Tiene su guión una mixtura tan rica de géneros que la hacen una película inclasificable, pero ¿quién tiene ganas de clasificar el placer?

★★★★★ Excelente

El apartamento

Tenía Wilder la máxima de no aburrir nunca. Su arma proverbial era la inteligencia: sus películas la derrochan, sin excepción. La advertimos en la monumental obra seria ( El crespúsculo de los dioses, Días sin huella, Perdición, Testigo de cargo ) y en la fascinante obra cómica ( Con faldas y a lo loco, Uno, dos, tres, La tentación vive arriba ).

El apartamento se ubica entre la risa y el llanto. Se instala sin dificultad en la comedia más hilarante y a renglón seguido se deja caer con argumentos de tragedia clásica con todas las de la ley. Tiene su guión una mixtura tan rica de géneros que la hacen una película inclasificable, pero quién tiene ganas de clasificar el placer. El talento de Billy Wilder como guionista se regodea en adquirir avituallamiento narrativo en cualquiera de estos géneros y los engarza con tanta precisión y con tanto aplomo técnico que asistimos ( como quien no quiere la cosa ) a lo más cercano que podamos tener de lo que, pomposamente, podríamos llamar cine puro, esto es, vida.

El apartamento retrata la restitución de la dignidad en un hombre anodino que, por amor, siempre por amor, se deja invadir por los demás: permite que lo ninguneen, que lo manipulen a gusto por tal de no hacerse notar y tal vez con el secreto propósito de hacer el bien, sin mirar si ese ejercicio de bondad lo va a colocar a él en un territorio difícil, en un limbo de idiotas.

El estilo visual de la película se acoge a un blanco y negro portentoso, obra de Alexandre Trauner, habitual de Wilder y director artístico soberbio, capaz de imaginar y plasmar la enorme oficina que ilustra la mediocridad y la vida mecánica de Buddy Baxter, nuestro bobo entrañable.

Esta crónica de lo amargo se nutre de unas actuaciones sin fisuras donde Lemmon brilla a una altura enorme y donde Shirley MacLaine, nueva tras su meritorio primer gran papel en Pero quién mató a Harry, del maestro Hitchcock, perfila con pasmosa naturalidad.

Lo que consigue Wilder con El apartamento es introducir el lirismo, la belleza, la ternura en una trama de extravagancia mesurada, en un recital de pesimismo absoluto ( él propio era un pesimista consumado que creía, por encima de todo y muy a pesar de esa creencia contumaz, en la altura moral del individuo.

Buddy Baxter, nuestro entrañable protagonista, posee una altura moral enorme. Es un buenazo. Un hombre sin cinismo ( tan al contrario que su creador ). Un perfecto personaje de las comedias de humanidad de los mejores tiempos de Frank Capra. Uno ve a Lemmon y advierte que James Stewart podía también haber llevado a término el goloso papel de la obra.

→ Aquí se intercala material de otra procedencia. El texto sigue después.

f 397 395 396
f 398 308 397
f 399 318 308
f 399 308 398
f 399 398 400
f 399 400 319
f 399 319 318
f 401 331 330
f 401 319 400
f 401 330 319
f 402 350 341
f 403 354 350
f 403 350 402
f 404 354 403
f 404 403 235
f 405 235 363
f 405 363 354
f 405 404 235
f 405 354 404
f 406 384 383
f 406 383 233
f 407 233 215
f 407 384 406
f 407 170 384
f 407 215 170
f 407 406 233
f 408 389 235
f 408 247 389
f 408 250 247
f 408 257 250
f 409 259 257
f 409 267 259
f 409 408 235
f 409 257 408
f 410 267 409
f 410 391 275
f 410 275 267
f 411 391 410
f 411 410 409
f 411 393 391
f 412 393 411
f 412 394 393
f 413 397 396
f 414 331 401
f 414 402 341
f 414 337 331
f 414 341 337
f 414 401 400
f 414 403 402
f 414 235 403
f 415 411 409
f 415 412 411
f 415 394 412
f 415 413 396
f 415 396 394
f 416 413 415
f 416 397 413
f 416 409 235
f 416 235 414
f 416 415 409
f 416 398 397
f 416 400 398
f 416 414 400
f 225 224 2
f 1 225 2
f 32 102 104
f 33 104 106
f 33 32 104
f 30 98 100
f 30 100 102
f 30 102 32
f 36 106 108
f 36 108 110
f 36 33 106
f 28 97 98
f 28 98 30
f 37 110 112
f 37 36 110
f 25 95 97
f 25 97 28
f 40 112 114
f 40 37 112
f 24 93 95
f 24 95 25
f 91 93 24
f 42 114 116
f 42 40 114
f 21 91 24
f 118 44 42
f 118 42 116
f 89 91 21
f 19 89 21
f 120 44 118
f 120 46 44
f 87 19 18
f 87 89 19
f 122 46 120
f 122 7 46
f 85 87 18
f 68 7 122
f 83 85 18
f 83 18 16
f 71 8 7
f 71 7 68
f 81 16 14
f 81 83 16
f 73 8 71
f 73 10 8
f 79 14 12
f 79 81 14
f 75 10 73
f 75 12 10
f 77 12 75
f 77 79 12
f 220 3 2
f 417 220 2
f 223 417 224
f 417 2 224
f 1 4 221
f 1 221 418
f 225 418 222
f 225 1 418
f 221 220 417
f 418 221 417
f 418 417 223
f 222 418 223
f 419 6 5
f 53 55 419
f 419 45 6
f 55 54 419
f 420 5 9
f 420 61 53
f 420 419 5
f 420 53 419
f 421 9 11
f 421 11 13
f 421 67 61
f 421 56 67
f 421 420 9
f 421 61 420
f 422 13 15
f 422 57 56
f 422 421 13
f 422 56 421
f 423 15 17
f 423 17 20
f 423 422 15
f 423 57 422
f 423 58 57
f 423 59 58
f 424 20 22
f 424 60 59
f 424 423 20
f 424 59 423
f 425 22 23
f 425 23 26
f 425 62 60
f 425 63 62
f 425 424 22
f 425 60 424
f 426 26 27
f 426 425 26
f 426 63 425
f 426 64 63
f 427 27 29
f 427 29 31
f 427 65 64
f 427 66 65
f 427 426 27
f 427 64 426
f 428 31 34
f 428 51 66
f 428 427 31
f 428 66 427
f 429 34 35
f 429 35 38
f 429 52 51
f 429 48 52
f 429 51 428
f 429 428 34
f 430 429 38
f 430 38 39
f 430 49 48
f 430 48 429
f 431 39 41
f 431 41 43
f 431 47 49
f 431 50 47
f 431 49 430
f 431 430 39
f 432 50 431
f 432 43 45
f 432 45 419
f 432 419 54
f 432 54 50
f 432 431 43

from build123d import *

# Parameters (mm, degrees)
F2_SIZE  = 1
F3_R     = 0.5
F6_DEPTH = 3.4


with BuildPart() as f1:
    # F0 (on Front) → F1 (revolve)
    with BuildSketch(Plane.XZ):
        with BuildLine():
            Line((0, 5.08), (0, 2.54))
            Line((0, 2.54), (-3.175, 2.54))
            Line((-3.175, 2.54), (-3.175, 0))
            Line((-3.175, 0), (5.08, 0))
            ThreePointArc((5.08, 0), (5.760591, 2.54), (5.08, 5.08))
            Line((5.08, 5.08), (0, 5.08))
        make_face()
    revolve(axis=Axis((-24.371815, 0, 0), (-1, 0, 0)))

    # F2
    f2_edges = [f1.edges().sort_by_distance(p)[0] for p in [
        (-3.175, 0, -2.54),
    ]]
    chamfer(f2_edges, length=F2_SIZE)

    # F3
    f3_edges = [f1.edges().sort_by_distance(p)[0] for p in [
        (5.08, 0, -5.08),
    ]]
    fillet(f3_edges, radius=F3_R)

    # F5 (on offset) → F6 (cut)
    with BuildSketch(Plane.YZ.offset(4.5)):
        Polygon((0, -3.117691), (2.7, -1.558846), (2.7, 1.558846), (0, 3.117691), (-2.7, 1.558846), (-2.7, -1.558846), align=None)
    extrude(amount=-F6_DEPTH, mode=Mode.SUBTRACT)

Sátira dulce, mordaz, triste, alegre, sentimental incluso. Hay un punto de empalago agradable en el tratamiento de los acontecimientos. En ocasiones, llegamos a irritarnos por la bondad de Buddy. En otras, confiamos en que cambie. Consigue Wilder meternos de tal modo en su historia que Buddy Baxter somos nosotros y la identificación se produce a un nivel absolutamente íntimo, irrevocable. El amor que siente es el amor que algunas vez todos hemos sentido.

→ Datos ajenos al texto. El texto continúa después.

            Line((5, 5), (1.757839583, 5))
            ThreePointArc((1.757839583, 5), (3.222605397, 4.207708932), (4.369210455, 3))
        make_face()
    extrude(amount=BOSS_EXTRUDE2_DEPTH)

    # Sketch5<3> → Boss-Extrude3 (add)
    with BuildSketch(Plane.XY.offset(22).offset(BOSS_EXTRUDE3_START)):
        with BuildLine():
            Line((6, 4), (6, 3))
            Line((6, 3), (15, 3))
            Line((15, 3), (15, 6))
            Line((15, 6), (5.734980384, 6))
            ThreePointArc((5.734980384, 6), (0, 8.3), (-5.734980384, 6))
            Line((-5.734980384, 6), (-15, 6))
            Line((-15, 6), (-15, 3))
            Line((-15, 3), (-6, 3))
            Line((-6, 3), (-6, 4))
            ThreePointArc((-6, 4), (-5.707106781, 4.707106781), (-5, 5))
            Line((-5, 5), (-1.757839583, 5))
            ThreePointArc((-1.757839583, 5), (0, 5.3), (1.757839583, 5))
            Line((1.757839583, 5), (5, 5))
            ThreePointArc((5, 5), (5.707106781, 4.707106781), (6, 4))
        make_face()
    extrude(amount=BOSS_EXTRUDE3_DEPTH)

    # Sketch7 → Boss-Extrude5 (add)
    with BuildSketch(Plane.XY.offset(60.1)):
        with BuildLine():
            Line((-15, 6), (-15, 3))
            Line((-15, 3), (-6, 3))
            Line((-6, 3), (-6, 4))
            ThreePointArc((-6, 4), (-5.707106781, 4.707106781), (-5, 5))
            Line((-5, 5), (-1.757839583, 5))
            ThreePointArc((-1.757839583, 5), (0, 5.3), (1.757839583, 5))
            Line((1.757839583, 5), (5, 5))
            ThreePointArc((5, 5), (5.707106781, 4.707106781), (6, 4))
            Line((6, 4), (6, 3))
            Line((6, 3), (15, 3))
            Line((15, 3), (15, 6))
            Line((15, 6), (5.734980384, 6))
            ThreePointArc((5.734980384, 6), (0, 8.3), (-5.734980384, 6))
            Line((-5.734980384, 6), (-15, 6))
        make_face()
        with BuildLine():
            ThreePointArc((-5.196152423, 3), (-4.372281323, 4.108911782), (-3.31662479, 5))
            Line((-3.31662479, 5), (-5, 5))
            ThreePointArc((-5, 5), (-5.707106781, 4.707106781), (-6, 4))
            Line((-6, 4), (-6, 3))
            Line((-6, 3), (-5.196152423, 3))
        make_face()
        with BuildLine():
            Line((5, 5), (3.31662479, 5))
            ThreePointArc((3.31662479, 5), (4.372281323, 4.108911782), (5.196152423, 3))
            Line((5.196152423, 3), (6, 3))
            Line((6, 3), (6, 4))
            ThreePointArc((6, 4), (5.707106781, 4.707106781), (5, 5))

La connivencia con las marrullerías y la doble moral de su jefe es el sentimiento que hemos tenido, en algún momento, todos cuando hemos asistido a cualquier injusticia en esta sociedad nuestra tan rocambolesca, hipócrita, falsa en la que Wilder, si ahora viviera, disfrutaría porque contiene en modo superlativo todos los ingredientes que él introdujo en su corpus narrativo y a los que elevó a muy altas cotas de clarividiente maestría.

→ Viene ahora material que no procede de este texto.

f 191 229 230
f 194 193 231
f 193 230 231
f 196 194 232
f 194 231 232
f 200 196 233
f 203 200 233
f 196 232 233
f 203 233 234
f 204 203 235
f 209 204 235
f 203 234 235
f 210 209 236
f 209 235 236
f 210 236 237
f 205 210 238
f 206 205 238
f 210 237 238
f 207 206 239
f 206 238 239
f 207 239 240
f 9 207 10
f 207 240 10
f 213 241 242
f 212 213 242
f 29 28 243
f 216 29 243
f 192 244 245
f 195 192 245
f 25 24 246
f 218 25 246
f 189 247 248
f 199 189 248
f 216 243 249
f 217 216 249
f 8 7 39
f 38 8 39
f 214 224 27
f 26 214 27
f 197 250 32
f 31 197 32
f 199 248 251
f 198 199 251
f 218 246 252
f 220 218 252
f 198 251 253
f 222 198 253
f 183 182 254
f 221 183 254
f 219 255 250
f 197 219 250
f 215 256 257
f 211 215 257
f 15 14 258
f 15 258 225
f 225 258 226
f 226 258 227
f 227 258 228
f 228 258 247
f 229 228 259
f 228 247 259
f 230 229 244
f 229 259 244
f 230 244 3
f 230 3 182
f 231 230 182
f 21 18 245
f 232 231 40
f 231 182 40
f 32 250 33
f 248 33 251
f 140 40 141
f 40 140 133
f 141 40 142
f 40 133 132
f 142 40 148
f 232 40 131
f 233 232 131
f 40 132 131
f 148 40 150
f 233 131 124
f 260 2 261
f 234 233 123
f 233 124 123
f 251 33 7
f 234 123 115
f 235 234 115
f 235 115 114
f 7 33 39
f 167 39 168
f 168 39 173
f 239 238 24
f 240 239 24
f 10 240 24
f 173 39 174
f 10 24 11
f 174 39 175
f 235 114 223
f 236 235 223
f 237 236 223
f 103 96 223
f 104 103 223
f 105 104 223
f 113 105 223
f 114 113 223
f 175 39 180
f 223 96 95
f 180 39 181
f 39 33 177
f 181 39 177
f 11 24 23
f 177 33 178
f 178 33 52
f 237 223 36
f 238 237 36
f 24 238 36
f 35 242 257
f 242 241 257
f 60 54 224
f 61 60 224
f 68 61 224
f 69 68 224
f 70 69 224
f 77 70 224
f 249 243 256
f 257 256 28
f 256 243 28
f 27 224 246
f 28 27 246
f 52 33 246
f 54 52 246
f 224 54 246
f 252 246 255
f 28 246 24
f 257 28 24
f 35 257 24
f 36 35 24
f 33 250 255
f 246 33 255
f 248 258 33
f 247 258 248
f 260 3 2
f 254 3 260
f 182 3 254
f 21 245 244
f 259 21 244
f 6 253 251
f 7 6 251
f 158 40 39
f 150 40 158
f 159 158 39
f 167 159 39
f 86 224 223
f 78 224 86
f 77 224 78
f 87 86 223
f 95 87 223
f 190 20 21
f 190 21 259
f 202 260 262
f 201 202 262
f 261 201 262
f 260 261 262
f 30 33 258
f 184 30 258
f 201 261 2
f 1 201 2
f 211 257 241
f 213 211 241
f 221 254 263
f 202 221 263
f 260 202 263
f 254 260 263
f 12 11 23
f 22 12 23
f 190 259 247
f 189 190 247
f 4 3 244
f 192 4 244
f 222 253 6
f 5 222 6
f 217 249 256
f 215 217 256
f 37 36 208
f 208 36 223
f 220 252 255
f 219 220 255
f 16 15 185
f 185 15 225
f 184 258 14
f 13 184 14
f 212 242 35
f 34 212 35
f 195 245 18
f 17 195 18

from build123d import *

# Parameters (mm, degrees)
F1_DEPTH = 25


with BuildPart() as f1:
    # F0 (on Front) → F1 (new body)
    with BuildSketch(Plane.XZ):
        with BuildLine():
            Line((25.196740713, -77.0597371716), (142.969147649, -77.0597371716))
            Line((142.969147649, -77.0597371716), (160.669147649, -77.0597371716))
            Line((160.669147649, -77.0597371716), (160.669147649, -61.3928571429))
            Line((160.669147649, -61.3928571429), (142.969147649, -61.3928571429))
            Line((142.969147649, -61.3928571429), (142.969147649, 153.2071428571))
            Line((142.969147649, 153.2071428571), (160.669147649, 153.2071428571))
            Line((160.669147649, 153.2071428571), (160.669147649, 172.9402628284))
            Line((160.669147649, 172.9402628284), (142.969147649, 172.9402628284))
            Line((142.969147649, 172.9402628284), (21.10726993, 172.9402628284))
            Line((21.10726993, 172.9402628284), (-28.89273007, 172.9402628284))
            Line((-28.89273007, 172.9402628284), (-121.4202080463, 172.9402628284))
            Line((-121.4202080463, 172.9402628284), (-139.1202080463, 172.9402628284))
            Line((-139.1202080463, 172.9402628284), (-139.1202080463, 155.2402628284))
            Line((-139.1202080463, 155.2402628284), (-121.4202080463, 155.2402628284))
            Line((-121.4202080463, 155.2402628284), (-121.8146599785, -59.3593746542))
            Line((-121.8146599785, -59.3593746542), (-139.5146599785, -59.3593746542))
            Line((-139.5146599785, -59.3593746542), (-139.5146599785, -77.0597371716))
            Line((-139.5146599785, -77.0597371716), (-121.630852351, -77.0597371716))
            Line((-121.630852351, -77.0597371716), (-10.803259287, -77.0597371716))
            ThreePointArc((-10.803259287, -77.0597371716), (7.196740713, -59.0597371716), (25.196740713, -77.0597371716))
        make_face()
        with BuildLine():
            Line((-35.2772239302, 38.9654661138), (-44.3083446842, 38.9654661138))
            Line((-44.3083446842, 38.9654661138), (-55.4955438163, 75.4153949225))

Se dice que en Shakespeare está todo el mapa del sentimiento humano. También en Wilder. En El apartamento están muchos. Basta dejarse llevar por su historia tierna de amores tardíos y de hadas en bloques de hormigón que encuentran, entre la planta once y la doce, pongo por caso, su príncipe, que desconoce su naturaleza azul y vaga los pasillos, meditabundo, desasistido de encanto, soñando con un mundo ( quién se lo va a negar ) mejor: más limpio, más justo.